The research paper titled *"The Global Rise of Corporate Saving"* by Peter Chen, Loukas Karabarbounis, and Brent Neiman delves into the significant shift in global saving patterns over the last few decades, particularly the rise in corporate saving [3]. The paper provides a comprehensive analysis of how corporate saving has increasingly dominated global saving, overtaking household saving as the primary source of investment funding. This shift has critical implications for global economic dynamics, particularly in terms of investment, consumption, and financial stability.The main idea of the research paper is to explore and explain the dramatic rise in corporate saving globally since the 1980s. The authors note that while household saving traditionally financed most global investments, recent decades have seen a shift where nearly two-thirds of global investments are now funded by corporate saving. The paper investigates the factors driving this shift and its broader economic implications. The authors employed empirical analysis and general equilibrium modeling to explore the determinants and implications of rising corporate saving. The empirical analysis involved constructing a dataset from national income accounts covering more than 60 countries over several decades. This dataset allowed the authors to measure and compare corporate saving across different countries and industries. The paper also uses firm- level data to examine the behavior of corporate saving at the microeconomic level. This includes analysing firm profits, dividends, taxes, and other financial metrics to understand the drivers of corporate saving. Additionally, the authors developed a dynamic general equilibrium model that incorporates product and capital market imperfections to simulate the effects of various economic changes on corporate saving.

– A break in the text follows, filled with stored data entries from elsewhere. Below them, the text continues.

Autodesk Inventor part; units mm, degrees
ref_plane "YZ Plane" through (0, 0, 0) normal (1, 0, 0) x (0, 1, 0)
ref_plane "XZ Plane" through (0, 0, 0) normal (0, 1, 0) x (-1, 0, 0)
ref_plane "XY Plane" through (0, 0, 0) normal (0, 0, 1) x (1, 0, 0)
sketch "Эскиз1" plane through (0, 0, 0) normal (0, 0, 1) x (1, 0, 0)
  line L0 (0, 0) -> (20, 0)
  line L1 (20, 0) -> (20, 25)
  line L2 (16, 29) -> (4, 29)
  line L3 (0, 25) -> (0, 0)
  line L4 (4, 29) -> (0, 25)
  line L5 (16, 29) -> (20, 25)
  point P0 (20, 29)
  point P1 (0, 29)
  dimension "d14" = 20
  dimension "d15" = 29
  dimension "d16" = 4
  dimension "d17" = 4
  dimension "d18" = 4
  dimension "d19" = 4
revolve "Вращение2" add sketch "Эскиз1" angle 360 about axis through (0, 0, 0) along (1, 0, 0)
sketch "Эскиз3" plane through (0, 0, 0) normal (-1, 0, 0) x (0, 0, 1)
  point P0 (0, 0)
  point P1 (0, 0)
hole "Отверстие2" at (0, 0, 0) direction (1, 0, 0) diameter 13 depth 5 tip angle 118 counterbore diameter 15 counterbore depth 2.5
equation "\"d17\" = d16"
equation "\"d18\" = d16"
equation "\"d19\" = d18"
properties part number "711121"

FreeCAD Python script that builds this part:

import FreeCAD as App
import Part
import Sketcher
from FreeCAD import Vector


def add_polygon(sketch, points):
    """Adds a closed chain of lines whose ends are joined by coincident constraints."""
    first, n = sketch.GeometryCount, len(points)
    for a, b in zip(points, points[1:] + points[:1]):
        sketch.addGeometry(Part.LineSegment(App.Vector(*a, 0), App.Vector(*b, 0)), False)
    for i in range(n):
        sketch.addConstraint(Sketcher.Constraint("Coincident", first + i, 2, first + (i + 1) % n, 1))

doc = App.newDocument("Part")
params = doc.addObject("Spreadsheet::Sheet", "Params")
for row, (alias, value) in enumerate([
    ("sketch1_width", "20 mm"),
    ("revolution_angle", "360 deg"),
    ("sketch2_diameter", "13 mm"),
    ("hole_diameter", "13 mm"),
    ("hole_depth", "5 mm"),
    ("hole_cbore_diameter", "15 mm"),
    ("hole_cbore_depth", "2.5 mm"),
], start=1):
    params.set(f"A{row}", alias)
    params.set(f"B{row}", "=" + value)
    params.setAlias(f"B{row}", alias)

body = doc.addObject("PartDesign::Body", "Body")

# Sketch on XY plane
sketch1 = body.newObject("Sketcher::SketchObject", "Sketch")
sketch1.AttachmentSupport = (doc.getObject("XY_Plane"), [""])
sketch1.MapMode = "FlatFace"
add_polygon(sketch1, [(0, 25), (0, 0), (20, 0), (20, 25), (16, 29), (4, 29)])  # lines 0-5
sketch1.addConstraint([
    Sketcher.Constraint("Vertical", 0),
    Sketcher.Constraint("Horizontal", 1),
    Sketcher.Constraint("Vertical", 2),
    Sketcher.Constraint("Horizontal", 4),
    Sketcher.Constraint("Coincident", 0, 2, -1, 1),
    Sketcher.Constraint("Perpendicular", 3, 5),
    Sketcher.Constraint("Horizontal", 2, 2, 5, 2),
    Sketcher.Constraint("Equal", 3, 5),
    Sketcher.Constraint("DistanceX", 1, 1, 1, 2, 20.0),
    Sketcher.Constraint("DistanceY", -1, 1, 3, 2, 29.0),
    Sketcher.Constraint("DistanceX", -1, 1, 4, 2, 4.0),
])
sketch1.setExpression("Constraints[14]", "Params.sketch1_width")
revolution = body.newObject("PartDesign::Revolution", "Revolution")
revolution.Profile = sketch1
revolution.ReferenceAxis = (sketch1, ["H_Axis"])
revolution.setExpression("Angle", "Params.revolution_angle")

# Sketch on YZ plane
sketch2 = body.newObject("Sketcher::SketchObject", "Sketch001")
sketch2.AttachmentSupport = (doc.getObject("YZ_Plane"), [""])
sketch2.MapMode = "FlatFace"
sketch2.addGeometry(Part.Circle(Vector(0, 0, 0), Vector(0, 0, 1), 6), False)
sketch2.addConstraint([
    Sketcher.Constraint("Coincident", 0, 3, -1, 1),
    Sketcher.Constraint("Diameter", 0, 13.0),
])
sketch2.setExpression("Constraints[1]", "Params.sketch2_diameter")
doc.recompute()
hole = body.newObject("PartDesign::Hole", "Hole")
hole.Profile = sketch2
hole.ThreadType = "None"
hole.setExpression("Diameter", "Params.hole_diameter")
hole.DepthType = "Dimension"
hole.setExpression("Depth", "Params.hole_depth")
hole.DrillPoint = "Angled"
hole.DrillPointAngle = 118
hole.HoleCutType = "Counterbore"
hole.setExpression("HoleCutDiameter", "Params.hole_cbore_diameter")
hole.setExpression("HoleCutDepth", "Params.hole_cbore_depth")
hole.Reversed = True

doc.recompute()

The document you've provided is a research paper titled "Domestic Savings and Economic Growth: The Case of South Africa" by Abis Getachew [4]. It explores the relationship between domestic savings and economic growth in South Africa, covering the period from 1960 to 2013. The paper investigates whether domestic savings lead to economic growth or vice versa. The research uses various econometric tools like the Johansen co-integration test and the Granger causality test to determine the nature of this relationship. The study also includes Gross Fixed Capital Formation (GFCF) as an exogenous variable to understand the dynamics between savings and growth better. The study concludes that South African policymakers should promote economic growth and savings to enhance capital formation. Further research is suggested to identify other determinants of economic growth in South Africa. This article provides valuable insights into the dynamics between savings and economic growth, which can be applicable in similar economic contexts. 

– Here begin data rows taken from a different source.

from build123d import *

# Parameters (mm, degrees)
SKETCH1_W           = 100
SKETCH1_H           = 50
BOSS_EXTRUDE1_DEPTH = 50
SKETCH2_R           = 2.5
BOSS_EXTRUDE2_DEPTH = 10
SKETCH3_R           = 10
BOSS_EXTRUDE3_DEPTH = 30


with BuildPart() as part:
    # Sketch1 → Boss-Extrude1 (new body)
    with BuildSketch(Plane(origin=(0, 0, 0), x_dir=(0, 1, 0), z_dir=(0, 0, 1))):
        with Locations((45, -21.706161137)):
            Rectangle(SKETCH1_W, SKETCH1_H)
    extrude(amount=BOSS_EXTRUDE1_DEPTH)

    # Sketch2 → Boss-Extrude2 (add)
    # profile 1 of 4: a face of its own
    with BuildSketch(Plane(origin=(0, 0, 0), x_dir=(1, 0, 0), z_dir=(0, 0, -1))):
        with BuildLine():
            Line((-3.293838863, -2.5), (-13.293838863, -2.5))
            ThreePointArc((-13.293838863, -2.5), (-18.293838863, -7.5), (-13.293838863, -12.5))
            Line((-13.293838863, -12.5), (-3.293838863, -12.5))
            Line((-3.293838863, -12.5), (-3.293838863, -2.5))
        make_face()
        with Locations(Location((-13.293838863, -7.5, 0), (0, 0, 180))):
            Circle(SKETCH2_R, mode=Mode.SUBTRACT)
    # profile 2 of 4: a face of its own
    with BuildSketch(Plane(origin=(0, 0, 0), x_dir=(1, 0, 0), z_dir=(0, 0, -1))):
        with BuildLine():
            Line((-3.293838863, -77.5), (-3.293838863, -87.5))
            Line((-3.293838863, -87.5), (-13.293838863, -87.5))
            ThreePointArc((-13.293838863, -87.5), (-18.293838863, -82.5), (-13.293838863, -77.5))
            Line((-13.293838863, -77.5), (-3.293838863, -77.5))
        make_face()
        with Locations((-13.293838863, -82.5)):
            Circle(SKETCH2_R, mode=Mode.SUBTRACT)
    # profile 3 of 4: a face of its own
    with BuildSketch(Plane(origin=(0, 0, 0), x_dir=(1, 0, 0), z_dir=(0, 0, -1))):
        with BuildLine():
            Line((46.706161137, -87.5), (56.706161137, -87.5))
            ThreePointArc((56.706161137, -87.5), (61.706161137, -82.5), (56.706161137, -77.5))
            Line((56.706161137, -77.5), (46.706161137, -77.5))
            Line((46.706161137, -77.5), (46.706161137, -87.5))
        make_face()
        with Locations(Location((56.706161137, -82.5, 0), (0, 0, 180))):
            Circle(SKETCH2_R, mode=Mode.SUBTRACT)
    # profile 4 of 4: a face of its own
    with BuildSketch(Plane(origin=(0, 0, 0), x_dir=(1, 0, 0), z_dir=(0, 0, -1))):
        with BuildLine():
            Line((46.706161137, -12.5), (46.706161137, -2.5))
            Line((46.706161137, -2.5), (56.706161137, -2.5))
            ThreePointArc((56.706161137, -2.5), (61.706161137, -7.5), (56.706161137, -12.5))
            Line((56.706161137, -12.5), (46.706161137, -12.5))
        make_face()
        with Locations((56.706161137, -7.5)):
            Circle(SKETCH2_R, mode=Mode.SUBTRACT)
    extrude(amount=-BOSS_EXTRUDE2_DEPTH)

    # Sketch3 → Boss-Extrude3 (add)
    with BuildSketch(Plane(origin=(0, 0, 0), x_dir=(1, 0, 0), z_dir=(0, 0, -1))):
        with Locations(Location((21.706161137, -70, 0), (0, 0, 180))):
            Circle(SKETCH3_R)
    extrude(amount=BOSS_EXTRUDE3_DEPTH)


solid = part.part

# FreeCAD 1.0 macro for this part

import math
import FreeCAD as App
import Part
import Sketcher
from FreeCAD import Vector

doc = App.newDocument("Part")
body = doc.addObject("PartDesign::Body", "Body")

sketch1 = body.newObject("Sketcher::SketchObject", "Sketch")
sketch1.AttachmentSupport = (doc.getObject("XY_Plane"), [""])
sketch1.MapMode = "FlatFace"
sketch1.addGeometry(Part.LineSegment(Vector(-3.293839, -5, 0), Vector(46.706161, -5, 0)), False)
sketch1.addGeometry(Part.LineSegment(Vector(46.706161, -5, 0), Vector(46.706161, 95, 0)), False)
sketch1.addGeometry(Part.LineSegment(Vector(46.706161, 95, 0), Vector(-3.293839, 95, 0)), False)
sketch1.addGeometry(Part.LineSegment(Vector(-3.293839, 95, 0), Vector(-3.293839, -5, 0)), False)
sketch1.addConstraint(Sketcher.Constraint("Coincident", 0, 2, 1, 1))
sketch1.addConstraint(Sketcher.Constraint("Coincident", 1, 2, 2, 1))
sketch1.addConstraint(Sketcher.Constraint("Coincident", 2, 2, 3, 1))
sketch1.addConstraint(Sketcher.Constraint("Coincident", 3, 2, 0, 1))
sketch1.addConstraint(Sketcher.Constraint("Horizontal", 0))
sketch1.addConstraint(Sketcher.Constraint("Vertical", 1))
sketch1.addConstraint(Sketcher.Constraint("Horizontal", 2))
sketch1.addConstraint(Sketcher.Constraint("Vertical", 3))
sketch1.addConstraint(Sketcher.Constraint("DistanceX", 0, 1, 0, 2, 50.0))
sketch1.addConstraint(Sketcher.Constraint("DistanceY", 1, 1, 1, 2, 100.0))
sketch1.addConstraint(Sketcher.Constraint("DistanceY", 0, 2, -1, 1, 5.0))
sketch1.addConstraint(Sketcher.Constraint("DistanceX", -1, 1, 0, 2, 46.706161))
pad1 = body.newObject("PartDesign::Pad", "Pad")
pad1.Profile = sketch1
pad1.Length = 50

sketch2 = body.newObject("Sketcher::SketchObject", "Sketch001")
sketch2.AttachmentSupport = (doc.getObject("XY_Plane"), [""])
sketch2.MapMode = "FlatFace"
sketch2.addGeometry(Part.LineSegment(Vector(-3.293839, 2.5, 0), Vector(-13.293839, 2.5, 0)), False)
sketch2.addGeometry(Part.ArcOfCircle(Part.Circle(Vector(-13.293839, 7.5, 0), Vector(0, 0, 1), 5), math.radians(90), math.radians(270)), False)
sketch2.addGeometry(Part.LineSegment(Vector(-13.293839, 12.5, 0), Vector(-3.293839, 12.5, 0)), False)
sketch2.addGeometry(Part.LineSegment(Vector(-3.293839, 12.5, 0), Vector(-3.293839, 2.5, 0)), False)
sketch2.addGeometry(Part.Circle(Vector(-13.293839, 7.5, 0), Vector(0, 0, 1), 2.5), False)
sketch2.addGeometry(Part.LineSegment(Vector(-3.293839, 87.5, 0), Vector(-3.293839, 77.5, 0)), False)
sketch2.addGeometry(Part.LineSegment(Vector(-3.293839, 77.5, 0), Vector(-13.293839, 77.5, 0)), False)
sketch2.addGeometry(Part.ArcOfCircle(Part.Circle(Vector(-13.293839, 82.5, 0), Vector(0, 0, 1), 5), math.radians(90), math.radians(270)), False)
sketch2.addGeometry(Part.LineSegment(Vector(-13.293839, 87.5, 0), Vector(-3.293839, 87.5, 0)), False)
sketch2.addGeometry(Part.Circle(Vector(-13.293839, 82.5, 0), Vector(0, 0, 1), 2.5), False)
sketch2.addGeometry(Part.LineSegment(Vector(46.706161, 87.5, 0), Vector(56.706161, 87.5, 0)), False)
sketch2.addGeometry(Part.ArcOfCircle(Part.Circle(Vector(56.706161, 82.5, 0), Vector(0, 0, 1), 5), math.radians(-90), math.radians(90)), False)
sketch2.addGeometry(Part.LineSegment(Vector(56.706161, 77.5, 0), Vector(46.706161, 77.5, 0)), False)
sketch2.addGeometry(Part.LineSegment(Vector(46.706161, 77.5, 0), Vector(46.706161, 87.5, 0)), False)
sketch2.addGeometry(Part.Circle(Vector(56.706161, 82.5, 0), Vector(0, 0, 1), 2.5), False)
sketch2.addGeometry(Part.LineSegment(Vector(46.706161, 2.5, 0), Vector(46.706161, 12.5, 0)), False)
sketch2.addGeometry(Part.LineSegment(Vector(46.706161, 12.5, 0), Vector(56.706161, 12.5, 0)), False)
sketch2.addGeometry(Part.ArcOfCircle(Part.Circle(Vector(56.706161, 7.5, 0), Vector(0, 0, 1), 5), math.radians(-90), math.radians(90)), False)
sketch2.addGeometry(Part.LineSegment(Vector(56.706161, 2.5, 0), Vector(46.706161, 2.5, 0)), False)
sketch2.addGeometry(Part.Circle(Vector(56.706161, 7.5, 0), Vector(0, 0, 1), 2.5), False)
sketch2.addConstraint(Sketcher.Constraint("Tangent", 0, 2, 1, 2))
sketch2.addConstraint(Sketcher.Constraint("Tangent", 1, 1, 2, 1))
sketch2.addConstraint(Sketcher.Constraint("Coincident", 2, 2, 3, 1))
sketch2.addConstraint(Sketcher.Constraint("Coincident", 3, 2, 0, 1))
sketch2.addConstraint(Sketcher.Constraint("Coincident", 5, 2, 6, 1))
sketch2.addConstraint(Sketcher.Constraint("Tangent", 6, 2, 7, 2))
sketch2.addConstraint(Sketcher.Constraint("Tangent", 7, 1, 8, 1))
sketch2.addConstraint(Sketcher.Constraint("Coincident", 8, 2, 5, 1))
sketch2.addConstraint(Sketcher.Constraint("Tangent", 10, 2, 11, 2))
sketch2.addConstraint(Sketcher.Constraint("Tangent", 11, 1, 12, 1))
sketch2.addConstraint(Sketcher.Constraint("Coincident", 12, 2, 13, 1))
sketch2.addConstraint(Sketcher.Constraint("Coincident", 13, 2, 10, 1))
sketch2.addConstraint(Sketcher.Constraint("Coincident", 15, 2, 16, 1))
sketch2.addConstraint(Sketcher.Constraint("Tangent", 16, 2, 17, 2))
sketch2.addConstraint(Sketcher.Constraint("Tangent", 17, 1, 18, 1))
sketch2.addConstraint(Sketcher.Constraint("Coincident", 18, 2, 15, 1))
sketch2.addConstraint(Sketcher.Constraint("Horizontal", 0))
sketch2.addConstraint(Sketcher.Constraint("Horizontal", 2))
sketch2.addConstraint(Sketcher.Constraint("Vertical", 3))
sketch2.addConstraint(Sketcher.Constraint("Vertical", 5))
sketch2.addConstraint(Sketcher.Constraint("Horizontal", 6))
sketch2.addConstraint(Sketcher.Constraint("Horizontal", 8))
sketch2.addConstraint(Sketcher.Constraint("Horizontal", 10))
sketch2.addConstraint(Sketcher.Constraint("Horizontal", 12))
sketch2.addConstraint(Sketcher.Constraint("Vertical", 13))
sketch2.addConstraint(Sketcher.Constraint("Vertical", 15))
sketch2.addConstraint(Sketcher.Constraint("Horizontal", 16))
sketch2.addConstraint(Sketcher.Constraint("Horizontal", 18))
sketch2.addConstraint(Sketcher.Constraint("Coincident", 4, 3, 1, 3))
sketch2.addConstraint(Sketcher.Constraint("Coincident", 9, 3, 7, 3))
sketch2.addConstraint(Sketcher.Constraint("Coincident", 14, 3, 11, 3))
sketch2.addConstraint(Sketcher.Constraint("Coincident", 19, 3, 17, 3))
sketch2.addConstraint(Sketcher.Constraint("Equal", 1, 7))
sketch2.addConstraint(Sketcher.Constraint("Equal", 4, 9))
sketch2.addConstraint(Sketcher.Constraint("Equal", 7, 11))
sketch2.addConstraint(Sketcher.Constraint("Equal", 9, 14))
sketch2.addConstraint(Sketcher.Constraint("Equal", 11, 17))
sketch2.addConstraint(Sketcher.Constraint("Equal", 14, 19))
sketch2.addConstraint(Sketcher.Constraint("Horizontal", 9, 3, 11, 3))
sketch2.addConstraint(Sketcher.Constraint("Horizontal", 4, 3, 17, 3))
sketch2.addConstraint(Sketcher.Constraint("Vertical", 4, 3, 7, 3))
sketch2.addConstraint(Sketcher.Constraint("Vertical", 14, 3, 17, 3))
sketch2.addConstraint(Sketcher.Constraint("Vertical", 3, 2, 5, 2))
sketch2.addConstraint(Sketcher.Constraint("Vertical", 13, 2, 15, 2))
sketch2.addConstraint(Sketcher.Constraint("Equal", 8, 10))
sketch2.addConstraint(Sketcher.Constraint("Equal", 18, 3))
sketch2.addConstraint(Sketcher.Constraint("Diameter", 4, 5.0))
sketch2.addConstraint(Sketcher.Constraint("Radius", 1, 5.0))
sketch2.addConstraint(Sketcher.Constraint("DistanceY", 1, 3, 7, 3, 75.0))
sketch2.addConstraint(Sketcher.Constraint("DistanceX", 7, 3, 11, 3, 70.0))
sketch2.addConstraint(Sketcher.Constraint("DistanceY", -1, 1, 1, 3, 7.5))
sketch2.addConstraint(Sketcher.Constraint("DistanceX", 1, 3, -1, 1, 13.293839))
pad2 = body.newObject("PartDesign::Pad", "Pad001")
pad2.Profile = sketch2
pad2.Length = 10

sketch3 = body.newObject("Sketcher::SketchObject", "Sketch002")
sketch3.AttachmentSupport = (doc.getObject("XY_Plane"), [""])
sketch3.MapMode = "FlatFace"
sketch3.addGeometry(Part.Circle(Vector(21.706161, 70, 0), Vector(0, 0, 1), 10), False)
sketch3.addConstraint(Sketcher.Constraint("Diameter", 0, 20.0))
sketch3.addConstraint(Sketcher.Constraint("DistanceY", -1, 1, 0, 3, 70.0))
sketch3.addConstraint(Sketcher.Constraint("DistanceX", -1, 1, 0, 3, 21.706161))
pad3 = body.newObject("PartDesign::Pad", "Pad002")
pad3.Profile = sketch3
pad3.Length = 30
pad3.Reversed = True

doc.recompute()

Theories on the Relationship Between Savings and Economic Growth

The relationship between savings and economic growth has been a central topic in economic theory, with varying perspectives offered by different schools of thought. Classical economics views savings as a vital source of funds for investment, which drives economic growth. In contrast, Keynesian economics argues that savings can leak from the economy, potentially dampening growth by reducing aggregate demand. These differing viewpoints have led to ongoing debates and empirical research aimed at understanding the true impact of savings on economic development.

Classical Economic Theory of Savings and Economic Growth

• Classical Perspective: Classical economic theory posits that savings are a major source of economic growth by stimulating investment. The theory is grounded in the idea that savings, which represent the aggregate supply of loanable funds, equals the aggregate demand for these funds, primarily in the form of investment. The funds pooled from savings are channeled into investment spending, leading to higher economic growth. According to classical economics, savings enhance the rate of economic growth.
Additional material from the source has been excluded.